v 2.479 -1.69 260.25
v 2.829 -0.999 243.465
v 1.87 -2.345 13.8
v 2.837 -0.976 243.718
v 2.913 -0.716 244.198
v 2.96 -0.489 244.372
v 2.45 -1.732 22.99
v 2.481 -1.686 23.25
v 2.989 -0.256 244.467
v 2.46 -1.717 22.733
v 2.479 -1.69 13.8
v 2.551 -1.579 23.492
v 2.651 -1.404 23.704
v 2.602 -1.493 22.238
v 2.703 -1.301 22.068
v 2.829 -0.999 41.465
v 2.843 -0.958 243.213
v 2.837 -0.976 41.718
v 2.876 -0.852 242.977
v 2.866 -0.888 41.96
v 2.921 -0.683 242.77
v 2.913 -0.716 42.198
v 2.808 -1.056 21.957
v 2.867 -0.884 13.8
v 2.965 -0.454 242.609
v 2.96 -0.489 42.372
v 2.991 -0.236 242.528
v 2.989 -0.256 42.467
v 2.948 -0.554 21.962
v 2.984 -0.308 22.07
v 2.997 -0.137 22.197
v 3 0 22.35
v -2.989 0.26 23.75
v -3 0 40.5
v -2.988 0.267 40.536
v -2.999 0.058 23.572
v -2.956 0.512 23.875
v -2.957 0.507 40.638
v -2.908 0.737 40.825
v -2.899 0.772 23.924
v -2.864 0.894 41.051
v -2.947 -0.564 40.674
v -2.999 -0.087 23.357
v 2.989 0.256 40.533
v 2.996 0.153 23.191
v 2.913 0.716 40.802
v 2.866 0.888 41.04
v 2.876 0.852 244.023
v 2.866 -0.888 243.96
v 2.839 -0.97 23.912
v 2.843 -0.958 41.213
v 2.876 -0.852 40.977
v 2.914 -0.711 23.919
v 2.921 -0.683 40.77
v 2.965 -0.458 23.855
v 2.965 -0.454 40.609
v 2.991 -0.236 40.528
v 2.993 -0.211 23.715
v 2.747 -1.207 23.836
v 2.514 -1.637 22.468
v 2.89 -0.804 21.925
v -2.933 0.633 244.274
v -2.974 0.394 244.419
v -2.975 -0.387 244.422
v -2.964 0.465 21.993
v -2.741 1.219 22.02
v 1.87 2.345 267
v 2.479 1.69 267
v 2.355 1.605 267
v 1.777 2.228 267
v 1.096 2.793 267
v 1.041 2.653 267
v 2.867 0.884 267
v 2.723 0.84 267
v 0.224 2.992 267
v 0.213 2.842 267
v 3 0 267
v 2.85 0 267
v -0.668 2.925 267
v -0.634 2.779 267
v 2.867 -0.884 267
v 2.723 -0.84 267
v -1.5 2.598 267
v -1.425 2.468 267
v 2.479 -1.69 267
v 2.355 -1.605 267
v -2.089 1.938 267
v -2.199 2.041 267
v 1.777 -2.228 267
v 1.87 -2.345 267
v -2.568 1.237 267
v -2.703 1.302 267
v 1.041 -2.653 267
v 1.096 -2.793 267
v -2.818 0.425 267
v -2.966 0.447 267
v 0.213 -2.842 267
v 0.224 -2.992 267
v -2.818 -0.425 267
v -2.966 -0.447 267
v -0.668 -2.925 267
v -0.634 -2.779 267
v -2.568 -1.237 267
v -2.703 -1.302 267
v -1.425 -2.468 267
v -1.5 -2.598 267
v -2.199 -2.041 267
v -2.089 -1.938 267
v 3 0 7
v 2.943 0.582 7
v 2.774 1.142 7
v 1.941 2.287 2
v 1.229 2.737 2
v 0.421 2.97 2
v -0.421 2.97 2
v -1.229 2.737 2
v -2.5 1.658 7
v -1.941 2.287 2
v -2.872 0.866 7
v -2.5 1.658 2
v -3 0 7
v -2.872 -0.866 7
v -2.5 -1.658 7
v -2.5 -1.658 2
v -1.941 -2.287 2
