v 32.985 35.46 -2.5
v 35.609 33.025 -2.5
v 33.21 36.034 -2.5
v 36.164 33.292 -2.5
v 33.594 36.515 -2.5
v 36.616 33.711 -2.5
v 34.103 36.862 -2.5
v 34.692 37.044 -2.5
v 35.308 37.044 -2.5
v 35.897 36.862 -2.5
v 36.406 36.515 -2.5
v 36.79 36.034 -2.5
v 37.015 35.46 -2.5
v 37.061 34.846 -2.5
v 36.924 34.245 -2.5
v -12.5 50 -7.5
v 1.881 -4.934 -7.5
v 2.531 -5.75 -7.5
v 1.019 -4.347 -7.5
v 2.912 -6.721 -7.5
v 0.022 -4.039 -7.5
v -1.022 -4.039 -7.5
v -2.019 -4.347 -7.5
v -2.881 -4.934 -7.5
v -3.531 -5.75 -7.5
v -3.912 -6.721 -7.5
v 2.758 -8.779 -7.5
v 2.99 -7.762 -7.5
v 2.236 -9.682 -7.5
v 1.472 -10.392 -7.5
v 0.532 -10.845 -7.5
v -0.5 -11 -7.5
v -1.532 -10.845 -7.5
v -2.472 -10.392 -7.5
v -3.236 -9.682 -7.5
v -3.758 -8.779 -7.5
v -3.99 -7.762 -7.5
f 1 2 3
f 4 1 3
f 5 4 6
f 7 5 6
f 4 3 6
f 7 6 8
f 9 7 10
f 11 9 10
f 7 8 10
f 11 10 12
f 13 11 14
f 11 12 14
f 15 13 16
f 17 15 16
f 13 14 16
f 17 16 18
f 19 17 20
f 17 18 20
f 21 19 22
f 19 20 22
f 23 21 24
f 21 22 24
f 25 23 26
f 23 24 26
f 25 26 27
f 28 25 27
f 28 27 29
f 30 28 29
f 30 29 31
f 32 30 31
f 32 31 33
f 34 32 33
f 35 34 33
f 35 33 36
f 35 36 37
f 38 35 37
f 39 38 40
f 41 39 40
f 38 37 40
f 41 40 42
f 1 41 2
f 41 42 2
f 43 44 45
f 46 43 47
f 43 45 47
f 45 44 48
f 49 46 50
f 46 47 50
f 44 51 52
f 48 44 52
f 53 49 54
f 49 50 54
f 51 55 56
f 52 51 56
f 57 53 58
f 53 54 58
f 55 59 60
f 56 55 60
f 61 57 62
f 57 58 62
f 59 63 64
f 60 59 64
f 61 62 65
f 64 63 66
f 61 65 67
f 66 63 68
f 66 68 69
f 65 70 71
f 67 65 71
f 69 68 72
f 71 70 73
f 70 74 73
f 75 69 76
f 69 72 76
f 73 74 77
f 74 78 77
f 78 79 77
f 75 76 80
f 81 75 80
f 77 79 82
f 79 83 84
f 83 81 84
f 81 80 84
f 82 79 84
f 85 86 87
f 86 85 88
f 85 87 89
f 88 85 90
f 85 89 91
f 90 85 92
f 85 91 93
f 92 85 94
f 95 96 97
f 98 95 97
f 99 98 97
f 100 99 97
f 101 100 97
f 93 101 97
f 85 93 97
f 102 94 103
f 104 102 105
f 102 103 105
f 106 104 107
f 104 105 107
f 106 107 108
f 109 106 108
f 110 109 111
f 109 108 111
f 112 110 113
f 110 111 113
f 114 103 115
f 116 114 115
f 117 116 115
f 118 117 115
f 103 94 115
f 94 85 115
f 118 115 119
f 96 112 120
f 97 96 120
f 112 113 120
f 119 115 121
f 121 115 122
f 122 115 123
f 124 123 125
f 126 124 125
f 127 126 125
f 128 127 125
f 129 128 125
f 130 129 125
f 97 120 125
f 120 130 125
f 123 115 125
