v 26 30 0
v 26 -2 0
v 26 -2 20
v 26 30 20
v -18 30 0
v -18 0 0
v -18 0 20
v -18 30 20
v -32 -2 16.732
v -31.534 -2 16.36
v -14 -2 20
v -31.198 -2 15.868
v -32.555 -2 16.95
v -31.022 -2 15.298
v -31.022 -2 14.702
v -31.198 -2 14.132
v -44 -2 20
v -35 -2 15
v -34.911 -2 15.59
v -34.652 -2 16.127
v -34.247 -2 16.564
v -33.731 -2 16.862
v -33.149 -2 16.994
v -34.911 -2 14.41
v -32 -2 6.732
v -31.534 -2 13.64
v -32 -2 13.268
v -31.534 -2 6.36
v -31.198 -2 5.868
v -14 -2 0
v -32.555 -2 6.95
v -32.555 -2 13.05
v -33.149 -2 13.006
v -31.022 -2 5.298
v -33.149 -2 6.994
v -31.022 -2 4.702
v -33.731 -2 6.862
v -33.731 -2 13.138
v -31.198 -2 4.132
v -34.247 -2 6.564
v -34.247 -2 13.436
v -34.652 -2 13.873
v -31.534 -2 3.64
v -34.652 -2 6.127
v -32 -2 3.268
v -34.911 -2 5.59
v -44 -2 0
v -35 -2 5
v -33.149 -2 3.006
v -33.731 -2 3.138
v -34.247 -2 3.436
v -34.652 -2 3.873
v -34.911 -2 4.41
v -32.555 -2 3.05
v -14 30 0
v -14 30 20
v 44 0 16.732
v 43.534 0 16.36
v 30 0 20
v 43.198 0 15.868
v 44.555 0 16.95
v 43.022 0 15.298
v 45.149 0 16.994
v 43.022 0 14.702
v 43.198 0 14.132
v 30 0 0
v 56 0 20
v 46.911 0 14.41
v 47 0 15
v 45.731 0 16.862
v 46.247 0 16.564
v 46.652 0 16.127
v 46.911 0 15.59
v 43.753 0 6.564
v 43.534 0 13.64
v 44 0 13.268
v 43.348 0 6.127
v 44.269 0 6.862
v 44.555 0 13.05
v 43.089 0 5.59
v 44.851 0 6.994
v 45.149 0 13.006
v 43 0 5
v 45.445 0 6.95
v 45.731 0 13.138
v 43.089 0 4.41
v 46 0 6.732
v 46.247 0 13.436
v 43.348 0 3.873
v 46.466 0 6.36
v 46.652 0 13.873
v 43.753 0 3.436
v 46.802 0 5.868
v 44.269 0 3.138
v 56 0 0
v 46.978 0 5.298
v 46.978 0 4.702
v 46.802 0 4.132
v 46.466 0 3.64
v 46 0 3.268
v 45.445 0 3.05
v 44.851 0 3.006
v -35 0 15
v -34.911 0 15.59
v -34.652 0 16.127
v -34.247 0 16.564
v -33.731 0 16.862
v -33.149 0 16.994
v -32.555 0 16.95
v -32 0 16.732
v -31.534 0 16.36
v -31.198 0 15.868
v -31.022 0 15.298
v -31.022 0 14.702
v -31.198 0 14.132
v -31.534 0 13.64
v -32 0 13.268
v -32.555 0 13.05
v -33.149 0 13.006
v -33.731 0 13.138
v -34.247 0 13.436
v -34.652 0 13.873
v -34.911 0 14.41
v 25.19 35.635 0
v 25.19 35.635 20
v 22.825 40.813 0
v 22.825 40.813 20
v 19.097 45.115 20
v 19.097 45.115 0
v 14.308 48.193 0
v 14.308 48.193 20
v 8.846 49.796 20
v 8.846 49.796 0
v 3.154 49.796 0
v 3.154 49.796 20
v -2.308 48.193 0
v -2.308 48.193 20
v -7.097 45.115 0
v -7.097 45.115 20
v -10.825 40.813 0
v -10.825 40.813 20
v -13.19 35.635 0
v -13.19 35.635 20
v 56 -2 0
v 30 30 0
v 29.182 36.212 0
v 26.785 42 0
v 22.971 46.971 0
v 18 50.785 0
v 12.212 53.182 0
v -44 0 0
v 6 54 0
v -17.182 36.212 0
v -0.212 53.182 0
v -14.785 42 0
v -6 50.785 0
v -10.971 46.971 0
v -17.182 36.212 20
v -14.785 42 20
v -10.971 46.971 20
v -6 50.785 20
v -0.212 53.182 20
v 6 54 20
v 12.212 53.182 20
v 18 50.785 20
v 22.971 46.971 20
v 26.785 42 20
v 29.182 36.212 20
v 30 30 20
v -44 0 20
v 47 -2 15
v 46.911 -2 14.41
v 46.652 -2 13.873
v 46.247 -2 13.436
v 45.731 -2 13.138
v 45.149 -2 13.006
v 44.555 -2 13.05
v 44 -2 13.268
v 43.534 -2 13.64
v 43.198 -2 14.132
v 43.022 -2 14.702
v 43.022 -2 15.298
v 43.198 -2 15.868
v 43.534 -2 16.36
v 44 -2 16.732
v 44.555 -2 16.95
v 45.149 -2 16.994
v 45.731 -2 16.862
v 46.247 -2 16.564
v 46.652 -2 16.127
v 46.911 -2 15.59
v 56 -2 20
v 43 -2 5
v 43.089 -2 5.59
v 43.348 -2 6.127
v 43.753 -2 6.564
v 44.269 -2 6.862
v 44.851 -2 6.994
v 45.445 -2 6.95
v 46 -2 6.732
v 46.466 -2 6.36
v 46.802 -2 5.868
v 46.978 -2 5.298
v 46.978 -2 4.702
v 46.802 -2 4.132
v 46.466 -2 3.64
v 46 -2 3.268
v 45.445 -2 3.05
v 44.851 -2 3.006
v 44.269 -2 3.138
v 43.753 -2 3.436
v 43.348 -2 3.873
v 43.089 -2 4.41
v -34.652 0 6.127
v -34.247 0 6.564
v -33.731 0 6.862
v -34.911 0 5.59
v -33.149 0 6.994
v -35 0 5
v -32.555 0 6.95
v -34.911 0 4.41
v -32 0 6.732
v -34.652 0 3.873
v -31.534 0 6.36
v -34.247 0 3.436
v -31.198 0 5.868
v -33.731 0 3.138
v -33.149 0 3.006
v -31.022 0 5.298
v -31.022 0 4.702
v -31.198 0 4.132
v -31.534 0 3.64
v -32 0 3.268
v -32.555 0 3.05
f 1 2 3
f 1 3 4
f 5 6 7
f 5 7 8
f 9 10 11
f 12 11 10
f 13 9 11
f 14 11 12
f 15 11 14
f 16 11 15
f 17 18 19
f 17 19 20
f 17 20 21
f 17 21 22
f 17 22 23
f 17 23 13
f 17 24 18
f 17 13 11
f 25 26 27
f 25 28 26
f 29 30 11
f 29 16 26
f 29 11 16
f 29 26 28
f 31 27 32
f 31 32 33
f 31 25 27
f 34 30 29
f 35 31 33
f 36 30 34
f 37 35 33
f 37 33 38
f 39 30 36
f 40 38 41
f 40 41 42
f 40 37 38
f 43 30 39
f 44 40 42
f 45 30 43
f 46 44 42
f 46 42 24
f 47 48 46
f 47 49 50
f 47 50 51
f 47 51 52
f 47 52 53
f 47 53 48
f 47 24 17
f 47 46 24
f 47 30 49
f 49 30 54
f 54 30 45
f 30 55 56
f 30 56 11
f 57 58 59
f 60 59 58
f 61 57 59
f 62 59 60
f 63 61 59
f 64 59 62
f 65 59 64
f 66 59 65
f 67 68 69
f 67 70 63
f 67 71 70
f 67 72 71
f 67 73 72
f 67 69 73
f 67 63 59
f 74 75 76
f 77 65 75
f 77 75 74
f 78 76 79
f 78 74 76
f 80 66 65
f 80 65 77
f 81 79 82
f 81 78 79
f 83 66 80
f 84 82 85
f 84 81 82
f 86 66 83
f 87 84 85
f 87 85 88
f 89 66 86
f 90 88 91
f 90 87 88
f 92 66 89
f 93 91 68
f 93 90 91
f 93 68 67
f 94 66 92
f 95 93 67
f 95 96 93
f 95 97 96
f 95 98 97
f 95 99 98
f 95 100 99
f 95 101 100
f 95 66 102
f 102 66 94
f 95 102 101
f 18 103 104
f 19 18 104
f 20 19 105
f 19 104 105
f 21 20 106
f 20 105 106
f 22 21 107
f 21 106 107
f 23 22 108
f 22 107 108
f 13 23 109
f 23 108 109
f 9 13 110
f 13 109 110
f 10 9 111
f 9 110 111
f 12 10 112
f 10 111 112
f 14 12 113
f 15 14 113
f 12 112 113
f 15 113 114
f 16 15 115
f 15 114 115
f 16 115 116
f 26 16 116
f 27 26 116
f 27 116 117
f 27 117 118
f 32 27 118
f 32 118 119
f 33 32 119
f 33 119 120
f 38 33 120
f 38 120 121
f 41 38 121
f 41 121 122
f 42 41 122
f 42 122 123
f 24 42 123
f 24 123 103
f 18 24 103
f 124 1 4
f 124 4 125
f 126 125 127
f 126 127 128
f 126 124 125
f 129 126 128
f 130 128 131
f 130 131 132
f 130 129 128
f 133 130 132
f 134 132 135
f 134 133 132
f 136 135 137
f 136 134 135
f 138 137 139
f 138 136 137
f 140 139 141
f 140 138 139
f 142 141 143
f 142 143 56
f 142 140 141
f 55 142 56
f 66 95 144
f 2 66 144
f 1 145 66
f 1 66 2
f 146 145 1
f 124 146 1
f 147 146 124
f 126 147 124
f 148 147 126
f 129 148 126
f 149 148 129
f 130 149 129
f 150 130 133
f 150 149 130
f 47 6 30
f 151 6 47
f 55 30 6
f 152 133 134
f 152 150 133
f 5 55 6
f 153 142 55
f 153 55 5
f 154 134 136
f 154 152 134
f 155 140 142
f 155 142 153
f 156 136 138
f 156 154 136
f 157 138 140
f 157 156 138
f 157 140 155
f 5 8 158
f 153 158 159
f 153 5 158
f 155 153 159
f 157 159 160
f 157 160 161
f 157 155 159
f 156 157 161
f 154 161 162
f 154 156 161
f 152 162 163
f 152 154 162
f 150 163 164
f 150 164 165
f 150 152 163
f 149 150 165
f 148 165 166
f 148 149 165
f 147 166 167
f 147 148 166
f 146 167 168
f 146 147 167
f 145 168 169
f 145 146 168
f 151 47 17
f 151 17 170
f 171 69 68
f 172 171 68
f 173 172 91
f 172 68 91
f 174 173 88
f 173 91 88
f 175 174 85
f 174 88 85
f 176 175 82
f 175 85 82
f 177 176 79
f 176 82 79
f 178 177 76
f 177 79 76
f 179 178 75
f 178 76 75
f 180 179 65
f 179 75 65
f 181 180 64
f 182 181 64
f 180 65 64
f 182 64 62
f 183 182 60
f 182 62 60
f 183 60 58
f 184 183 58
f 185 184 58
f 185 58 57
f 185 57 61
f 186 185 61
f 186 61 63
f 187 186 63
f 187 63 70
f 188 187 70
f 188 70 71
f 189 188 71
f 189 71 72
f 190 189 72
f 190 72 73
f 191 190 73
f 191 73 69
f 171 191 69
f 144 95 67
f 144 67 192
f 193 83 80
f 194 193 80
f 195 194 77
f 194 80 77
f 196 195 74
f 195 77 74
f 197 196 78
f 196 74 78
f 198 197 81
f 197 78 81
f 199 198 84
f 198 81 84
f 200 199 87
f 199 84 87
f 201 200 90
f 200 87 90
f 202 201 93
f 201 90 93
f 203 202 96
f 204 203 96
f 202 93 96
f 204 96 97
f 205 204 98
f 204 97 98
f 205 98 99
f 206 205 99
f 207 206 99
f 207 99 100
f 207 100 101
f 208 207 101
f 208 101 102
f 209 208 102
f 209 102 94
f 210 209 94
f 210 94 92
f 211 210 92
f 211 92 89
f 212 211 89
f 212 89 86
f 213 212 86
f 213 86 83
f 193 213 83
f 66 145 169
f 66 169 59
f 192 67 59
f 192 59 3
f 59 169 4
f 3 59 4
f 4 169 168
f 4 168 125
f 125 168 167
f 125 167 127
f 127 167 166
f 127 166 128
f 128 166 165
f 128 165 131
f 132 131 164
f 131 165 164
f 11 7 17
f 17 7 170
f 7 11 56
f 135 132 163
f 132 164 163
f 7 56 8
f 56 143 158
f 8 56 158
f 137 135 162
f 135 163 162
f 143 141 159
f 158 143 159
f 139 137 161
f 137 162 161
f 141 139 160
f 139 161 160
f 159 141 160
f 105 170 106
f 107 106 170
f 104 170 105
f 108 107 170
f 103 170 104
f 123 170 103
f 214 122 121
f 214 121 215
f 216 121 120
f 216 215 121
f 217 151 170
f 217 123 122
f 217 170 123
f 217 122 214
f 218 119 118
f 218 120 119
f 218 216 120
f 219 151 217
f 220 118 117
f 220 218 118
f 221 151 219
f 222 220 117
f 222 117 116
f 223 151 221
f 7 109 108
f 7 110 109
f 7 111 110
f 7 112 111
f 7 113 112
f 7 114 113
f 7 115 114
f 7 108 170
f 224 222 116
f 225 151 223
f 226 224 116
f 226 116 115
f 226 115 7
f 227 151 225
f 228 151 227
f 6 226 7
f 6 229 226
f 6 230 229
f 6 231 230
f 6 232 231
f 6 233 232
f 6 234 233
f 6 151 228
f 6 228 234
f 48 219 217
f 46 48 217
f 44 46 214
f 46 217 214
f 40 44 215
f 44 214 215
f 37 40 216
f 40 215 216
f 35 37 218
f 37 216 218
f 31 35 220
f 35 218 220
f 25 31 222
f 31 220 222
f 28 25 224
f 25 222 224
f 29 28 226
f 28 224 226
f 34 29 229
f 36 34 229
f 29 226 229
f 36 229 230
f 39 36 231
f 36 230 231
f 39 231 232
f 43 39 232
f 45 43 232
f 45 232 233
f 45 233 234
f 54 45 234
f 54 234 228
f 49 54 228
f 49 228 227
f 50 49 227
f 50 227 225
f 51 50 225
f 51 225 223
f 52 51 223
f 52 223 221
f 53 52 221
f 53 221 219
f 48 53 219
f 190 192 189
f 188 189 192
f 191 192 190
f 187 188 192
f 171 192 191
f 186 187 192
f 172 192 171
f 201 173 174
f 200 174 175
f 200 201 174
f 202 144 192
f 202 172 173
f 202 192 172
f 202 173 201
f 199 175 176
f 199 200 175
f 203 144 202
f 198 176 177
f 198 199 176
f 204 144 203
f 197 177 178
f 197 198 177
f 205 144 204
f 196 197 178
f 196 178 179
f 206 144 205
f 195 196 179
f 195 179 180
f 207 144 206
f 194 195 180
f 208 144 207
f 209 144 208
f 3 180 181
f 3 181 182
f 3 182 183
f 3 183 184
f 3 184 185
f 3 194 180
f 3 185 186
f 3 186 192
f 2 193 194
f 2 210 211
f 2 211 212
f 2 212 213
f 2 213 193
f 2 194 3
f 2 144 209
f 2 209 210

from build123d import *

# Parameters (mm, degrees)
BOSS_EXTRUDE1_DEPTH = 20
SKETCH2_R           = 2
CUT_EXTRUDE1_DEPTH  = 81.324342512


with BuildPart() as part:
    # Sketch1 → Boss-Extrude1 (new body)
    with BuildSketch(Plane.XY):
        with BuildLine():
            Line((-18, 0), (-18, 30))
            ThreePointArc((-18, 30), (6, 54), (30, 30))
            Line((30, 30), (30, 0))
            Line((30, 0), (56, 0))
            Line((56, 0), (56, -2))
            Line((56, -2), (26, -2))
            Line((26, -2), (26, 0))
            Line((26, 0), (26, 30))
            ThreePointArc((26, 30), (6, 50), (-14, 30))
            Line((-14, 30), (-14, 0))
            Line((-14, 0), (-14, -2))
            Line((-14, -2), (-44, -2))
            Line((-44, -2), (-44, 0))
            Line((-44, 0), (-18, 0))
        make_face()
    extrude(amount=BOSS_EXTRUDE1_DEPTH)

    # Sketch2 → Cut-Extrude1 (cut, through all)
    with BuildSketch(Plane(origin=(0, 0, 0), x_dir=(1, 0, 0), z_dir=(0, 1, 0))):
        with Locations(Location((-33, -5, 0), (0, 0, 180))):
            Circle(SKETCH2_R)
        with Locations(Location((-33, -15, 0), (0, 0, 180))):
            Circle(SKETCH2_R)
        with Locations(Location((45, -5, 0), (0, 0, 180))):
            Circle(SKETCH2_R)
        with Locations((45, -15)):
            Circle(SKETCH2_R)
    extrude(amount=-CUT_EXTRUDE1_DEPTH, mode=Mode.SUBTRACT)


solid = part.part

::::::::::

* [What to produce] Write out exactly the lines that fall from the line with "v 35.897 36.862 -2.5" to the line with "v -3.236 -9.682 -7.5" in the records above, keeping both ends.

* [Your solution]
v 35.897 36.862 -2.5
v 36.406 36.515 -2.5
v 36.79 36.034 -2.5
v 37.015 35.46 -2.5
v 37.061 34.846 -2.5
v 36.924 34.245 -2.5
v -12.5 50 -7.5
v 1.881 -4.934 -7.5
v 2.531 -5.75 -7.5
v 1.019 -4.347 -7.5
v 2.912 -6.721 -7.5
v 0.022 -4.039 -7.5
v -1.022 -4.039 -7.5
v -2.019 -4.347 -7.5
v -2.881 -4.934 -7.5
v -3.531 -5.75 -7.5
v -3.912 -6.721 -7.5
v 2.758 -8.779 -7.5
v 2.99 -7.762 -7.5
v 2.236 -9.682 -7.5
v 1.472 -10.392 -7.5
v 0.532 -10.845 -7.5
v -0.5 -11 -7.5
v -1.532 -10.845 -7.5
v -2.472 -10.392 -7.5
v -3.236 -9.682 -7.5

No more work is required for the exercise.